When I look at the Mycroft API, I see that it assumes that the first match is definitely correct. For example, get_response returns a single string.
From the experience of using the Google’s STT API directly, I know that it returns a list of possible matches, for example [“martin”, “marty”, “martie”, “my tin”, “modern”]. Perhaps we will always get “Mandy” while the user’s name is “Mendy” because it is not as common. The STT can recognise “Mendy” but it simply is not its first guess.
Obvious I can always do “if respond in [“yes”, “yea”, “ya”, “yup”]:“ but sometimes I will need open answers.
So is there a way to get the list of guesses, and should we make it more accessible in the API? Thanks.
Currently the Mycroft STT backends don’t provide the alternatives even if the code is partially prepared for handling multiple alternatives. So currently I don’t think this is possible I’m afraid.
Historically this has been due to the original implementation of the STT only supported one alternative. Now there are at least two backends that support multiple alternatives (google_cloud and Kaldi were the ones I found doing a quick check) so this should be updated.
Looking at it some more. speechrecognition’s google_cloud doesn’t allow multiple alternatives either…
Hi forslund, I am not sure if that has changed recently, I vividly recall that (when I tried to make my own voice assistant a year ago) I sent the audio file to Google’s API and it returned multiple (4 or 5) possible matches.
I hope I understand your reply correctly.
It can reply with multiple replies but doesn’t by default (see https://cloud.google.com/speech-to-text/docs/basics), not sure if this is new.
the maxAlternatives parameter defaults to 1 and the speechrecognition python module doesn’t expose this parameter. I’ve just tested hacking the module, adding the parameter myself. Doing this I can get it to sometime offer more alternatives.

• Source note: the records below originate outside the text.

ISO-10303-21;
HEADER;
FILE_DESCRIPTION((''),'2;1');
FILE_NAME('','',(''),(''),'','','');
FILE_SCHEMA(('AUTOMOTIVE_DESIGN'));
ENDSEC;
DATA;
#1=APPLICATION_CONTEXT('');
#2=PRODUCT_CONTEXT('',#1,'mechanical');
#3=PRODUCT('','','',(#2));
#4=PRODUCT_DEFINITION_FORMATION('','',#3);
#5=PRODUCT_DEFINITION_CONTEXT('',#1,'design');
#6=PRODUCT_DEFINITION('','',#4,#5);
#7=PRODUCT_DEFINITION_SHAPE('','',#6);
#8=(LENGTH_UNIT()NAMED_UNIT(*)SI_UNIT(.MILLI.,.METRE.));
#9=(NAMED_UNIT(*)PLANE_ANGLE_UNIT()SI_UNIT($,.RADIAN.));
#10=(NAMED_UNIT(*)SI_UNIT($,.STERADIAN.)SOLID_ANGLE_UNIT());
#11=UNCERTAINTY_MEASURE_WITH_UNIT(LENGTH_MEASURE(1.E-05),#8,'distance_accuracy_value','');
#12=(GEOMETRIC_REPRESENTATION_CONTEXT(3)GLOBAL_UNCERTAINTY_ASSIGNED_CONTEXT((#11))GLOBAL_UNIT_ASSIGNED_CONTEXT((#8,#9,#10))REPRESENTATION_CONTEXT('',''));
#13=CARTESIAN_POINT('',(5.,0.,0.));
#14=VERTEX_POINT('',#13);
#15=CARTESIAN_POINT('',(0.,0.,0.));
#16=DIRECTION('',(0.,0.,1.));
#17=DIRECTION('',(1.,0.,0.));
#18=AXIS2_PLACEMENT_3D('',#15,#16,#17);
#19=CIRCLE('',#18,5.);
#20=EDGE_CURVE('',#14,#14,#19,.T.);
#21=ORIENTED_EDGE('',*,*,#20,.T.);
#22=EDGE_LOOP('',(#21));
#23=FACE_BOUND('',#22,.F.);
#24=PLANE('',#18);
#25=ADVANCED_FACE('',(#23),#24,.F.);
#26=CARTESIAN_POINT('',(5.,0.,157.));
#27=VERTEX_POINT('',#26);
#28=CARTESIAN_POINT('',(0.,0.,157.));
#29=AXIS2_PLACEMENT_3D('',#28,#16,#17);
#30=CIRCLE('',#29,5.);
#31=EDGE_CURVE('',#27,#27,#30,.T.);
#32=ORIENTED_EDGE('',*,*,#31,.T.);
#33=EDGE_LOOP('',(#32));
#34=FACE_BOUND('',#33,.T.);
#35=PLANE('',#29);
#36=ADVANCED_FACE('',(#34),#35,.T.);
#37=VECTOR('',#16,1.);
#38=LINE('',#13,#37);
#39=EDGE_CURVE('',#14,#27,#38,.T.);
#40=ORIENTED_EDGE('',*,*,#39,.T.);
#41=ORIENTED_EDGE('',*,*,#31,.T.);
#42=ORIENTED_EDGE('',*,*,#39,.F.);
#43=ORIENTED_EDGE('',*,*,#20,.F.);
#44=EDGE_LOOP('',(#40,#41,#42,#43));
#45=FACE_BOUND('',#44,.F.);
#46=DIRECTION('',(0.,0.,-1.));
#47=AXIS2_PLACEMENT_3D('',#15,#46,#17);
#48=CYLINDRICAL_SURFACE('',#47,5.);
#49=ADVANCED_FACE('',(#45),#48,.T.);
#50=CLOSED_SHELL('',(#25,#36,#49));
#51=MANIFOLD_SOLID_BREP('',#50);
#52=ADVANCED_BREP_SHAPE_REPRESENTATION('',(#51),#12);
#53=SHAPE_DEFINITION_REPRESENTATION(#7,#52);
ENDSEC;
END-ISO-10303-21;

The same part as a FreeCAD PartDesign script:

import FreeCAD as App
import Part
import Sketcher
from FreeCAD import Vector

doc = App.newDocument("Part")
body = doc.addObject("PartDesign::Body", "Body")

sketch1 = body.newObject("Sketcher::SketchObject", "Sketch")
sketch1.AttachmentSupport = (doc.getObject("XY_Plane"), [""])
sketch1.MapMode = "FlatFace"
sketch1.addGeometry(Part.Circle(Vector(0, 0, 0), Vector(0, 0, 1), 5), False)
sketch1.addConstraint(Sketcher.Constraint("Coincident", 0, 3, -1, 1))
sketch1.addConstraint(Sketcher.Constraint("Diameter", 0, 10.0))
pad1 = body.newObject("PartDesign::Pad", "Pad")
pad1.Profile = sketch1
pad1.Length = 157

doc.recompute()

I see. Thank you for that.
We could make a PR against the speechrecognition repo adding the parameter…
Yes, I think we can at least add the parameter to the get_response and have it return a list instead of str.
However, to adapt this throughout the project, it may require wider consent from the community as it touches many areas, such as how the intend is triggered considering all the alternative matches.
We don’t actually have a “change proposal” process, but this suggested enhancement would be a good way to develop and validate a “change proposal” process.
Hi Forslund, because I am new to this, could you do the PR this time, so I can review it and learn the submission process for Mycroft? Thanks.
Sure, I suppose other projects have specific section in the forum to discuss core change proposals. If we don’t have that yet, we can certainly use this thread for the purpose.
I am a bit surprised that the community is not very concerned about this alternative matching question. There are many occasions that the first result is not as expected, due to the STT inaccuracy or the user’s pronunciation. At the same time, the first 5 matches will probably cover 90% of the cases. So it is a quick win to improve accuracy.
I understand that the Adapt returns possible matches with confidence levels. Is that why it is not a major problem for Mycroft, because it also considers alternatives from STT?